Wrote a letter frequency analyzer, because I wanted to. (Actually, it's the first step in a not-altogether ambitious project to write something that attempts to solve simple shift ciphers automatically.) Did a baseline frequency on a dictionary file and used Storable to keep those stats. (I know, I need something better, but it was the biggest wad of English text I had available that I was reasonably sure wasn't riddled with errors or "stylistic" typos. Any suggestions for a better text are appreciated.)

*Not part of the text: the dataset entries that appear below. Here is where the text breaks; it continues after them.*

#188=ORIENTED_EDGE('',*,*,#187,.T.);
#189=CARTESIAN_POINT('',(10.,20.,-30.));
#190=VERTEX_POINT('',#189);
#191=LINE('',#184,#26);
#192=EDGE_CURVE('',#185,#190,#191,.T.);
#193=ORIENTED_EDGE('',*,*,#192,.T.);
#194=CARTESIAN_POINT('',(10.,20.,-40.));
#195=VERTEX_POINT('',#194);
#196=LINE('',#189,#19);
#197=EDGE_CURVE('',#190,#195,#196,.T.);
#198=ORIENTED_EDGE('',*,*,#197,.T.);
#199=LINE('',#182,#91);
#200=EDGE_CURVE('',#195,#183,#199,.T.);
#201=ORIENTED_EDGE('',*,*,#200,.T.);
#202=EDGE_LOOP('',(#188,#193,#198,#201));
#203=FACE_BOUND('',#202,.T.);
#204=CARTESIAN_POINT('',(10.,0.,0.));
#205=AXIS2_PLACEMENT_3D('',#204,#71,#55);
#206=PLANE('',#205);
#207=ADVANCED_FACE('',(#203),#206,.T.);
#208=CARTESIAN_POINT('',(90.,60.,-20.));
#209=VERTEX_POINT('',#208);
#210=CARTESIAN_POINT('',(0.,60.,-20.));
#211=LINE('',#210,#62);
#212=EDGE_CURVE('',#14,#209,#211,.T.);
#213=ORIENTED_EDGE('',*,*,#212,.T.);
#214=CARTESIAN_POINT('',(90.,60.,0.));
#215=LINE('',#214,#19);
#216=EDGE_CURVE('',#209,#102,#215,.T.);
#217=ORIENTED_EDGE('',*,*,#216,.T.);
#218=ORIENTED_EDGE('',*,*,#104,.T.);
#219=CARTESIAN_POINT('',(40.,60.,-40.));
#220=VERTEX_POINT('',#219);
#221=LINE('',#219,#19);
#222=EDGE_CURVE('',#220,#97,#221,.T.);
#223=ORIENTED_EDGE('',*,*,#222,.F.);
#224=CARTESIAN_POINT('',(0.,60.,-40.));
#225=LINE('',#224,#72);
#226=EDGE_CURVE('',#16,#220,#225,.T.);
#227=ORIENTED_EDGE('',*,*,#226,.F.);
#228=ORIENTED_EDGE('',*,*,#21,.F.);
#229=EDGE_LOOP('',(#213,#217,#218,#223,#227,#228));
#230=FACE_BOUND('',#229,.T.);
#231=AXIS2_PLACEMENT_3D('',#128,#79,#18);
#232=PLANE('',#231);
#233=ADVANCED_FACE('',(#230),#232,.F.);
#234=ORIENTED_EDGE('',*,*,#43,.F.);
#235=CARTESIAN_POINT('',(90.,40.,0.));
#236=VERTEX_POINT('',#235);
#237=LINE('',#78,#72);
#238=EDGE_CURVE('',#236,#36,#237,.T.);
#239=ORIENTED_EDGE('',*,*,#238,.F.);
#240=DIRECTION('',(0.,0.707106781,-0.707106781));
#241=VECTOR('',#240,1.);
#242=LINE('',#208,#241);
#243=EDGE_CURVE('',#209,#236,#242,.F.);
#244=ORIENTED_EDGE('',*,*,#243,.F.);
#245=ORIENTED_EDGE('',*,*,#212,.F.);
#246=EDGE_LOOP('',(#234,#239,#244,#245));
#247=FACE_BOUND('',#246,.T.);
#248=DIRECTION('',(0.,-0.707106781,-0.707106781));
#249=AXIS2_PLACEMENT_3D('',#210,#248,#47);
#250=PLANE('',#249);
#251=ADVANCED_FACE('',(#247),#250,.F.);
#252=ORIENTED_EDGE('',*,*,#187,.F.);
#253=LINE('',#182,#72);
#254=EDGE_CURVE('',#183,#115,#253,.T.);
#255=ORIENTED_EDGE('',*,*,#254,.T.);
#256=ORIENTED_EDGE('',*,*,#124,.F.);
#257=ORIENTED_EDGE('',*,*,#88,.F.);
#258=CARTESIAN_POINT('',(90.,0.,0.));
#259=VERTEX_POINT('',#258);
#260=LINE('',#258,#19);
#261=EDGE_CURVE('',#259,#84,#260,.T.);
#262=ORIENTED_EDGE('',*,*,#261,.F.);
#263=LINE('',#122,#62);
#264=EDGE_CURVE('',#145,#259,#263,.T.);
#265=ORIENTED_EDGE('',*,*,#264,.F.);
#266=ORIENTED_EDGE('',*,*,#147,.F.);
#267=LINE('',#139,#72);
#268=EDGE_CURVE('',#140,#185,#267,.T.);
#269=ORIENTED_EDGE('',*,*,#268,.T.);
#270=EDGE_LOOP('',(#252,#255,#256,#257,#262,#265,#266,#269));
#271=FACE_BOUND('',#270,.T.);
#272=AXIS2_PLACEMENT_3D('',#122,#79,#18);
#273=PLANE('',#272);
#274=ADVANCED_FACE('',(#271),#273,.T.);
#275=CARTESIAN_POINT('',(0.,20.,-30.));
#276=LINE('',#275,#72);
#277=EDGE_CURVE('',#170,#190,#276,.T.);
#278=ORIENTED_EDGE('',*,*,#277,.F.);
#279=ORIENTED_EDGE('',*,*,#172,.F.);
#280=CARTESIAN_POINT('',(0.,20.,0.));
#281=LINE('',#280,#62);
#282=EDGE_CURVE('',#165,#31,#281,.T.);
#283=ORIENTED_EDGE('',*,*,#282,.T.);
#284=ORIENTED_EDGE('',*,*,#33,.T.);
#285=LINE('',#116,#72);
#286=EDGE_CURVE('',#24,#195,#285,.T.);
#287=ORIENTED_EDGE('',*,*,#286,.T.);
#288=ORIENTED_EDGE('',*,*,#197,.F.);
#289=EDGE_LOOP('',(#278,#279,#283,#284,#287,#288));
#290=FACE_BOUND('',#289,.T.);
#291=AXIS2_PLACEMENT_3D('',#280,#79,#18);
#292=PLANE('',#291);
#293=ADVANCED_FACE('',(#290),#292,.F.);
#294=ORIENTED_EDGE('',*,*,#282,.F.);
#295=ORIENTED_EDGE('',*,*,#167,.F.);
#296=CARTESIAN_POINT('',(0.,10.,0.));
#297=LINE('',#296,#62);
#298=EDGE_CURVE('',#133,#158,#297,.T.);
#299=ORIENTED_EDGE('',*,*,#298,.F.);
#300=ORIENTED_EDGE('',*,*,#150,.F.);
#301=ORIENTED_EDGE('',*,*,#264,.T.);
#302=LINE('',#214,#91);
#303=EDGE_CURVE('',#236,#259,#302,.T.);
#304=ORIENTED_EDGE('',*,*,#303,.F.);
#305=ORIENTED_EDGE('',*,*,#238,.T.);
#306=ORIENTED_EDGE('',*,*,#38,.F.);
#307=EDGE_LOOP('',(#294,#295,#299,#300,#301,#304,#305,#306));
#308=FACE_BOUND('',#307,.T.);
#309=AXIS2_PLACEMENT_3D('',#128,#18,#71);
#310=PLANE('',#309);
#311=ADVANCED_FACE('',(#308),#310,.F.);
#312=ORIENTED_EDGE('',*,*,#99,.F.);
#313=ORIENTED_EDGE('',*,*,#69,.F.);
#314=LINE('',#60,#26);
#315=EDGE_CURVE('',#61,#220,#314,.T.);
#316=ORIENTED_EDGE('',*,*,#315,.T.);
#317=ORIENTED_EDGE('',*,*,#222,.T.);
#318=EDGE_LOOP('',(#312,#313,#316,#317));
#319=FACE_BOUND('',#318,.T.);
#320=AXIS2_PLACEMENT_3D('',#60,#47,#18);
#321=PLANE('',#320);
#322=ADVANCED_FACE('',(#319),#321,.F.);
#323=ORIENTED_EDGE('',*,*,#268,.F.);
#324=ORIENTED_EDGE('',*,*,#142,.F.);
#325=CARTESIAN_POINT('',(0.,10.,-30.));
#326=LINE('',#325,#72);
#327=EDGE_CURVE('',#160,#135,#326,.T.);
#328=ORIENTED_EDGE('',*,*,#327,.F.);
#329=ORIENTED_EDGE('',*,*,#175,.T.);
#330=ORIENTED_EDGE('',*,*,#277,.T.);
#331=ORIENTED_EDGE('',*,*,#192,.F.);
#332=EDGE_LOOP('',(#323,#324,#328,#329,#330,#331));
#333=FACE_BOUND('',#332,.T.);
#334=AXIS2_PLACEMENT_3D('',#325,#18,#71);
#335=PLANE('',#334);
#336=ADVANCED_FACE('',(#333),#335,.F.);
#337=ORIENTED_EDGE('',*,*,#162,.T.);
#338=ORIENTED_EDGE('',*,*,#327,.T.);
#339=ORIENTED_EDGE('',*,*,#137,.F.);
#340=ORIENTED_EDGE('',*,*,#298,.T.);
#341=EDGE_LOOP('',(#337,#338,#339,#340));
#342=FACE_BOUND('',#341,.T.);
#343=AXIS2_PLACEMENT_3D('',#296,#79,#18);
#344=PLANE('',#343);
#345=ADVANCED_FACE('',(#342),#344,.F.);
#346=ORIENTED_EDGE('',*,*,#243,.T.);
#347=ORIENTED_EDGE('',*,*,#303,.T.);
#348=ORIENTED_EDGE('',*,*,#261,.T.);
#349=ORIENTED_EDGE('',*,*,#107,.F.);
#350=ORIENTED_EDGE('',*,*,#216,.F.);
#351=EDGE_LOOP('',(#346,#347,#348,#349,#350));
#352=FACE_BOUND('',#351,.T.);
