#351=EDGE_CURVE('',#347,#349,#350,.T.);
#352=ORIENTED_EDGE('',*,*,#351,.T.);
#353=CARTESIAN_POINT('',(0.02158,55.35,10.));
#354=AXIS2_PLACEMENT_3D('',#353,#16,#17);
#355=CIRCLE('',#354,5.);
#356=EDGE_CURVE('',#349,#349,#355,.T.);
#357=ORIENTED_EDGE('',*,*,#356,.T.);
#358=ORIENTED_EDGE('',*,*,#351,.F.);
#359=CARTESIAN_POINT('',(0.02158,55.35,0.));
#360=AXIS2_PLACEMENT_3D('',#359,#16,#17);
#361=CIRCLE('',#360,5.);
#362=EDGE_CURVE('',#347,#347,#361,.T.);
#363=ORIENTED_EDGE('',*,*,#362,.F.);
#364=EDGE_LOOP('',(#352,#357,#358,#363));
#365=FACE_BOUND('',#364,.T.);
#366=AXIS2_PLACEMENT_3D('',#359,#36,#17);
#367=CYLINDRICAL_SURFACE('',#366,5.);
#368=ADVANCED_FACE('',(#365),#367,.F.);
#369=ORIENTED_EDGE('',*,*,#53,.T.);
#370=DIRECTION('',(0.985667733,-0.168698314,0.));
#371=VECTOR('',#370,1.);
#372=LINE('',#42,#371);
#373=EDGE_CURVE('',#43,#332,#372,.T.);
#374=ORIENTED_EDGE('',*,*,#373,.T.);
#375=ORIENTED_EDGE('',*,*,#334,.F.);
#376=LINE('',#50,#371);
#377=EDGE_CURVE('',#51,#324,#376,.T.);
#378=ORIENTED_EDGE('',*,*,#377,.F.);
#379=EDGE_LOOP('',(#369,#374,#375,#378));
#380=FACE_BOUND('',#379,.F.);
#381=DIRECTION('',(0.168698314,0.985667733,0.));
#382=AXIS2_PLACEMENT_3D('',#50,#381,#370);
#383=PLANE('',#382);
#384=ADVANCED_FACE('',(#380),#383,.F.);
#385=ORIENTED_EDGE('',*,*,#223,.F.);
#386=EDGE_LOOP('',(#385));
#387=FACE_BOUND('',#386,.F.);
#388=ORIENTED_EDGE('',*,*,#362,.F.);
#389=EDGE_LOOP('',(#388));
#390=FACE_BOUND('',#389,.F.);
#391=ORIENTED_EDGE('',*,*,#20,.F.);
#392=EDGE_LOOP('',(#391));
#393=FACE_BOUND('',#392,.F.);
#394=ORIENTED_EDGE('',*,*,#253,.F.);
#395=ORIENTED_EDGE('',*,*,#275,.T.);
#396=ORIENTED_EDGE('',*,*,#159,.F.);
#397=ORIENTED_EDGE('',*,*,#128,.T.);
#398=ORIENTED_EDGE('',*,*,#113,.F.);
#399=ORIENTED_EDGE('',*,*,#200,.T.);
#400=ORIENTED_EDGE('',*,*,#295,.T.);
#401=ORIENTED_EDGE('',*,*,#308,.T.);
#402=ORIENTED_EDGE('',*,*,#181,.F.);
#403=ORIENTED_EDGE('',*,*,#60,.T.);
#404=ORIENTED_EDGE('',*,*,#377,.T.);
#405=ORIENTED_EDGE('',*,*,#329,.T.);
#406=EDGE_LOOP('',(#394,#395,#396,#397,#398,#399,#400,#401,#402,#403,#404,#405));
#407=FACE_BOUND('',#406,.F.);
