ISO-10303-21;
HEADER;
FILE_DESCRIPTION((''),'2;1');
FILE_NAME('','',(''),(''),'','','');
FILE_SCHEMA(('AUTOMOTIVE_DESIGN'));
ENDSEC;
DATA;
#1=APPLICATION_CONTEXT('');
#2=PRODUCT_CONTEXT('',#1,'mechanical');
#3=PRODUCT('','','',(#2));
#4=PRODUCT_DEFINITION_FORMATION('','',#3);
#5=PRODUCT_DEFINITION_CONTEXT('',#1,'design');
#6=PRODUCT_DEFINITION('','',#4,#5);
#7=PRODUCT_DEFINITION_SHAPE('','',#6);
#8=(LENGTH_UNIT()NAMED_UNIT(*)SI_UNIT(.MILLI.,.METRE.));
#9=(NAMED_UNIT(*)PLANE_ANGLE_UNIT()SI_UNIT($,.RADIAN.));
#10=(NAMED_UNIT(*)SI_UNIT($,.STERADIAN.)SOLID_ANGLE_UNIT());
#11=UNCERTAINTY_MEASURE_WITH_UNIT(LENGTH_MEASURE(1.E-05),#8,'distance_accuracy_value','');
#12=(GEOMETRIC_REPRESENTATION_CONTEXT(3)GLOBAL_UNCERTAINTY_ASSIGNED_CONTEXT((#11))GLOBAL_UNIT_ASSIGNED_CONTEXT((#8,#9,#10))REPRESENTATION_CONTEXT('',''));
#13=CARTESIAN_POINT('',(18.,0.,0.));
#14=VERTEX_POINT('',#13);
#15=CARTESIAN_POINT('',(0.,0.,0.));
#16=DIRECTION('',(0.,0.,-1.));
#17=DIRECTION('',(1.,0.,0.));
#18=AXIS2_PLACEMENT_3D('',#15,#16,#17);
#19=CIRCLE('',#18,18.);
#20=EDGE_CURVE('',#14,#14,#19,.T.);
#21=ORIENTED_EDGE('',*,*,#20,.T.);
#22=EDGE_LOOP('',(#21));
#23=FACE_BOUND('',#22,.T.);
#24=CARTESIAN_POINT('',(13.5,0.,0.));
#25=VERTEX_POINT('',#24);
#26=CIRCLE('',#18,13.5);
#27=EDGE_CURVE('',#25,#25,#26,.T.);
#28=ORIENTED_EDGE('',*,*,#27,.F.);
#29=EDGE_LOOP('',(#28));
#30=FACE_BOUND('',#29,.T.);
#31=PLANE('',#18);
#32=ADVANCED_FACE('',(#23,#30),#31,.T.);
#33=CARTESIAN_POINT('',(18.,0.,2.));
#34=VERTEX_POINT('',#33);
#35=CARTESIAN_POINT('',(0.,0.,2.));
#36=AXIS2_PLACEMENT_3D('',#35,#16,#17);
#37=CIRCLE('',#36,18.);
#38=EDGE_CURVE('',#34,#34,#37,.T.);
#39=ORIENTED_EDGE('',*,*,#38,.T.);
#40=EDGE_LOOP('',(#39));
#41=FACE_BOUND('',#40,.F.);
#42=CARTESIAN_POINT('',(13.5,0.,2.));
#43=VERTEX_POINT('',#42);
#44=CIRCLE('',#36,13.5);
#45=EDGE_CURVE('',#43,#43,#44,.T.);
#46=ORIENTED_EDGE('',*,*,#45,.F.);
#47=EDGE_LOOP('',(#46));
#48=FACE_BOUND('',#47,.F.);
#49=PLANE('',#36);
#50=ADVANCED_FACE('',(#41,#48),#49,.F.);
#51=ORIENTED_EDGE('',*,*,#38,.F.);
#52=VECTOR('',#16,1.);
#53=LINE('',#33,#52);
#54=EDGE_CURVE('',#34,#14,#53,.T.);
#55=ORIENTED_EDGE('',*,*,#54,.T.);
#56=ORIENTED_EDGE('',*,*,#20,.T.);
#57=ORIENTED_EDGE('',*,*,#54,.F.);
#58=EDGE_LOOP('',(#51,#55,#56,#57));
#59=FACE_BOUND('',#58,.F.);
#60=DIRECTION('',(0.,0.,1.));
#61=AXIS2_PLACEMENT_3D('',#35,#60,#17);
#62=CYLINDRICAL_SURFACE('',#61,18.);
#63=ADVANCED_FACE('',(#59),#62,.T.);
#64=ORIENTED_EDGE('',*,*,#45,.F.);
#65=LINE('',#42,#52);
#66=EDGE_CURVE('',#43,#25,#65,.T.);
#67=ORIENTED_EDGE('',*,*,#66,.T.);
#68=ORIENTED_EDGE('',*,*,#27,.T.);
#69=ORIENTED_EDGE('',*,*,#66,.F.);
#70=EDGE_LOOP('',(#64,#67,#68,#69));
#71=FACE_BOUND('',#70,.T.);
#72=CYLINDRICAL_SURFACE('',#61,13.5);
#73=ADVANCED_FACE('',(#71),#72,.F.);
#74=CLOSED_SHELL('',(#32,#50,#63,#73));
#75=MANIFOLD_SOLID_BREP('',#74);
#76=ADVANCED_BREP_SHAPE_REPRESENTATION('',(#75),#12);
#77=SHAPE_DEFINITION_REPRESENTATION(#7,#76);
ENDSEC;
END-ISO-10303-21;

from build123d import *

# Parameters (mm, degrees)
CYLINDER002_R       = 13.5
CYLINDER002_DEPTH   = 2
CYLINDER001_R       = 18
CYLINDER001_DEPTH   = 2
CUT_PLACEMENT_ANGLE = 180


with BuildPart() as cylinder002:
    # Cylinder002 → Cylinder002 (new body)
    with BuildSketch(Plane.XY):
        Circle(CYLINDER002_R)
    extrude(amount=CYLINDER002_DEPTH)


with BuildPart() as base:
    # Cylinder001 → Cylinder001 (new body)
    with BuildSketch(Plane.XY):
        Circle(CYLINDER001_R)
    extrude(amount=CYLINDER001_DEPTH)

    # Cut: cut Cylinder002
    add(cylinder002.part, mode=Mode.SUBTRACT)


with BuildPart() as base_1:
    # Cut placement: moved
    add(base.part.moved(Location((0, 0, 2))).rotate(Axis((0, 0, 2), (1, 0, 0)), CUT_PLACEMENT_ANGLE))


solid = base_1.part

Started learning how to footle with CGI::Application and HTML::Template, and I'm pleasantly surprised. One little hangup -- not being able to make clickable images -- is not such a big deal, and I suspect there's a way to do it that I haven't discovered yet.
No other news...
Re:Project Gutenberg
chaoticset on 2003-07-22T15:31:51
Any specific ones you'd recommend there? I wouldn't be against using a group of texts -- the process takes about two minutes with a 1.3 meg text file, and I want this to be really good, so I'd be willing to stick a couple hours to it. I'd like the stats to be much more precise than normal, so I'd be all for processing ten or twelve texts. It's just that the ones I happen to have on my drive at home (forgive me) aren't normal. Perl docs, while reasonably grammatic and spell-correct and all, aren't normal text. Neither are Trek fanfic (yes, I have a few, yes, I've read a few, and no, I'm not ashamed). Neither is _The Crying Of Lot 49_, unfortunately.Re:Project Gutenberg
gizmo_mathboy on 2003-07-22T21:34:37
Funny you should ask. About a month ago on the Perl Quiz of the Week mailing list, one of the quizzes concerned repeated substrings. One of the folks used the following text (extracted from an email):
-----------------------
'The Life and Opinions of Tristram Shandy, Gentleman' by Laurence Sterne, which when downloaded weighs in at around 1 Mo (as compared with 27 Ko for Dan Schmidt's US constitution).
-----------------------
The location of these (from another email):
http://www.dfan.org/constitution.txt
http://www.ibiblio.org/gutenberg/ etext97/shndy10.txt
Enjoy. However, for frequency analysis just about anything might work on Project Gutenberg. Well, maybe the chromosomes might not.